The proposed regulations would have protected the cash balance design under the age discrimination and other statutory provisions without adequately protecting participants. The regulations had they become final would, in effect, have blessed conversions that are not protective--thus plan sponsors would have been less likely to offer their employees choice, grandfather employees in the old plan formula, or use other protective practices that many companies had already adopted. Worse yet, the regulations would have permitted age-based wearaway periods, a practice clearly contrary to the letter as well as the spirit of the age law, and simply bad retirement policy.
In 2003, many thousands of individual contacts regarding the proposed regulations were made to Treasury by workers concerned about the impact of conversions on their pension benefits. (Over 60,000 contacts were made to Treasury and elected officials through the AARP web site after the proposed regulations were issued.) In July 2003, while Treasury was considering comments on its regulatory proposal, a federal district court ruled that the basic common cash balance plan design impermissibly reduced the rate of benefit accrual on the basis of age and thus violated ERISA's age discrimination provisions (Cooper v. IBM Personal Pension Plan and IBM Corp., 274 F. Supp. 2d 1010 (S.D. Ill. 2003)). (See Appendix A.) IBM appealed the decision to the Seventh Circuit Court of Appeals, where the appeal is still pending.
Following the IBM decision, Congress responded to Treasury's proposed regulations by passing amendments to the Treasury appropriations legislation that, directed Treasury and IRS to stop work on the regulations and instead to put forward a legislative proposal providing transition relief for older and longer-service participants affected by cash balance conversions. In response, Treasury withdrew the proposed regulations and made a legislative proposal (included in the Administration's FY 2005 and FY 2006 budgets). We were pleased that Treasury's legislative proposal recognized the problem with wearaway and the unfair treatment of older workers and recommended a ban on any wearaway of benefits at any time after a cash balance conversion.

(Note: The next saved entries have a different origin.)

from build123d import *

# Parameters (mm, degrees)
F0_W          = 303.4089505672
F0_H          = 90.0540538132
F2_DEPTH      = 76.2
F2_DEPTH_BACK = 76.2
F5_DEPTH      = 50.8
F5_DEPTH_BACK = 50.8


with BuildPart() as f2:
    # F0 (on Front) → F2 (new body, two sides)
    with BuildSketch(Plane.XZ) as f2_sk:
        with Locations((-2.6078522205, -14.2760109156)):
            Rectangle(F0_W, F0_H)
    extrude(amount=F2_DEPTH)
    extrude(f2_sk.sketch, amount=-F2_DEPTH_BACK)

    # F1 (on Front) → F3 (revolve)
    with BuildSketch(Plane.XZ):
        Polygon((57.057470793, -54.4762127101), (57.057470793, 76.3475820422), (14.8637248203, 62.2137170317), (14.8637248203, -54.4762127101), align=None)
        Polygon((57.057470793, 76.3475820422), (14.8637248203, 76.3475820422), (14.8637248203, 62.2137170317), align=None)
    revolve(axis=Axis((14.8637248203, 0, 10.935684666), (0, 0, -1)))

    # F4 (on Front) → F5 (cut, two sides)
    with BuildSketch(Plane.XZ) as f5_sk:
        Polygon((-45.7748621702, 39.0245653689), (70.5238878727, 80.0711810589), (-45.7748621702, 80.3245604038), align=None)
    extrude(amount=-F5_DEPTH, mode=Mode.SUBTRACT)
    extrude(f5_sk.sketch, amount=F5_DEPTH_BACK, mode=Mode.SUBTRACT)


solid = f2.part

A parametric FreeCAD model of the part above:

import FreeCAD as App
import Part
import Sketcher
from FreeCAD import Vector
Q = App.Units.Quantity


def add_polygon(sketch, points):
    """Adds a closed chain of lines whose ends are joined by coincident constraints."""
    first, n = sketch.GeometryCount, len(points)
    for a, b in zip(points, points[1:] + points[:1]):
        sketch.addGeometry(Part.LineSegment(App.Vector(*a, 0), App.Vector(*b, 0)), False)
    for i in range(n):
        sketch.addConstraint(Sketcher.Constraint("Coincident", first + i, 2, first + (i + 1) % n, 1))

doc = App.newDocument("Part")
params = doc.addObject("Spreadsheet::Sheet", "Params")
for row, (alias, value) in enumerate([
    ("pad1_length", "3 in"),
    ("pad1_length2", "3 in"),
    ("revolution_angle", "360 deg"),
], start=1):
    params.set(f"A{row}", alias)
    params.set(f"B{row}", "=" + value)
    params.setAlias(f"B{row}", alias)

body = doc.addObject("PartDesign::Body", "Body")

sketch1 = body.newObject("Sketcher::SketchObject", "Sketch")
sketch1.AttachmentSupport = (doc.getObject("XZ_Plane"), [""])
sketch1.MapMode = "FlatFace"
add_polygon(sketch1, [(-154.312328, 30.751016), (-154.312328, -59.303038), (149.096623, -59.303038), (149.096623, 30.751016)])
sketch1.addConstraint(Sketcher.Constraint("Vertical", 0))
sketch1.addConstraint(Sketcher.Constraint("Horizontal", 1))
sketch1.addConstraint(Sketcher.Constraint("Vertical", 2))
sketch1.addConstraint(Sketcher.Constraint("Horizontal", 3))
sketch1.addConstraint(Sketcher.Constraint("DistanceX", 1, 1, 1, 2, Q("303.408951 mm")))
sketch1.addConstraint(Sketcher.Constraint("DistanceY", 0, 2, 0, 1, Q("90.054054 mm")))
sketch1.addConstraint(Sketcher.Constraint("DistanceX", 0, 2, -1, 1, Q("154.312328 mm")))
sketch1.addConstraint(Sketcher.Constraint("DistanceY", 0, 2, -1, 1, Q("59.303038 mm")))
pad1 = body.newObject("PartDesign::Pad", "Pad")
pad1.Profile = sketch1
pad1.Type = "TwoLengths"
pad1.setExpression("Length", "Params.pad1_length")
pad1.setExpression("Length2", "Params.pad1_length2")

sketch2 = body.newObject("Sketcher::SketchObject", "Sketch001")
sketch2.AttachmentSupport = (doc.getObject("XZ_Plane"), [""])
sketch2.MapMode = "FlatFace"
add_polygon(sketch2, [(57.057471, -54.476213), (57.057471, 76.347582), (14.863725, 76.347582), (14.863725, -54.476213)])
sketch2.addGeometry(Part.LineSegment(Vector(14.863725, 76.347582, 0), Vector(14.863725, -54.476213, 0)), True)
sketch2.addConstraint(Sketcher.Constraint("Vertical", 0))
sketch2.addConstraint(Sketcher.Constraint("Horizontal", 1))
sketch2.addConstraint(Sketcher.Constraint("Vertical", 2))
sketch2.addConstraint(Sketcher.Constraint("Horizontal", 3))
sketch2.addConstraint(Sketcher.Constraint("Vertical", 4))
sketch2.addConstraint(Sketcher.Constraint("Coincident", 4, 1, 1, 2))
sketch2.addConstraint(Sketcher.Constraint("Horizontal", 3, 2, 4, 2))
sketch2.addConstraint(Sketcher.Constraint("DistanceX", 1, 2, 1, 1, Q("42.193746 mm")))
sketch2.addConstraint(Sketcher.Constraint("DistanceY", 0, 1, 0, 2, Q("130.823795 mm")))
sketch2.addConstraint(Sketcher.Constraint("DistanceX", -1, 1, 0, 2, Q("57.057471 mm")))
sketch2.addConstraint(Sketcher.Constraint("DistanceY", -1, 1, 0, 2, Q("76.347582 mm")))
revolution = body.newObject("PartDesign::Revolution", "Revolution")
revolution.Profile = sketch2
revolution.ReferenceAxis = (sketch2, ["Axis0"])
revolution.setExpression("Angle", "Params.revolution_angle")

sketch3 = body.newObject("Sketcher::SketchObject", "Sketch002")
sketch3.AttachmentSupport = (doc.getObject("XZ_Plane"), [""])
sketch3.MapMode = "FlatFace"
add_polygon(sketch3, [(-45.774862, 39.024565), (70.523888, 80.071181), (-45.774862, 80.32456)])
sketch3.addConstraint(Sketcher.Constraint("Vertical", 2))
sketch3.addConstraint(Sketcher.Constraint("DistanceY", 2, 2, 2, 1, Q("41.299995 mm")))
sketch3.addConstraint(Sketcher.Constraint("DistanceY", -1, 1, 0, 2, Q("80.071181 mm")))
sketch3.addConstraint(Sketcher.Constraint("DistanceY", -1, 1, 1, 2, Q("80.32456 mm")))
sketch3.addConstraint(Sketcher.Constraint("DistanceX", 1, 2, 0, 2, Q("116.29875 mm")))
sketch3.addConstraint(Sketcher.Constraint("DistanceX", -1, 1, 0, 2, Q("70.523888 mm")))
pocket1 = body.newObject("PartDesign::Pocket", "Pocket")
pocket1.Profile = sketch3
pocket1.Type = "ThroughAll"
pocket1.Midplane = True

doc.recompute()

In recognition of the transition problem faced by workers, the Treasury proposal also included a five-year "hold harmless" period after each cash balance plan conversion. This would require that each participant's benefits under the cash balance plan for each of the five years after the conversion be at least as valuable as the benefits the participant would have earned under the traditional plan had the conversion not occurred. While the proposal is a step in the right direction, it is not sufficiently protective of older, longer-service workers, and it fails to reflect ongoing trends in the marketplace. In addition, because the transition problem is largely one that impacts older and longer service workers, any proposal can be tailored more narrowly to protect this more vulnerable class of workers. More recent conversions have afforded more protection to older workers. These trends, not adequately reflected in Treasury's proposal, are further confirmation that employers can and should do the right thing for their employees. Instead of lowering the bar, Congress now needs to hold all companies that voluntarily choose to convert to a cash balance plan to a standard that many companies have been willing and able to meet on their own.
One approach that AARP has supported was introduced by Senator Harkin in the 108th Congress. It would require employers that convert to cash balance plans to allow employees who are at least age 40 or have at least 10 years of service the choice to remain under their traditional pension formula until retirement instead of switching to cash balance. In addition, other approaches have been discussed, such as choice or grandfather treatment for employees whose combined age and service exceed a specified number of "points" (e.g., 55).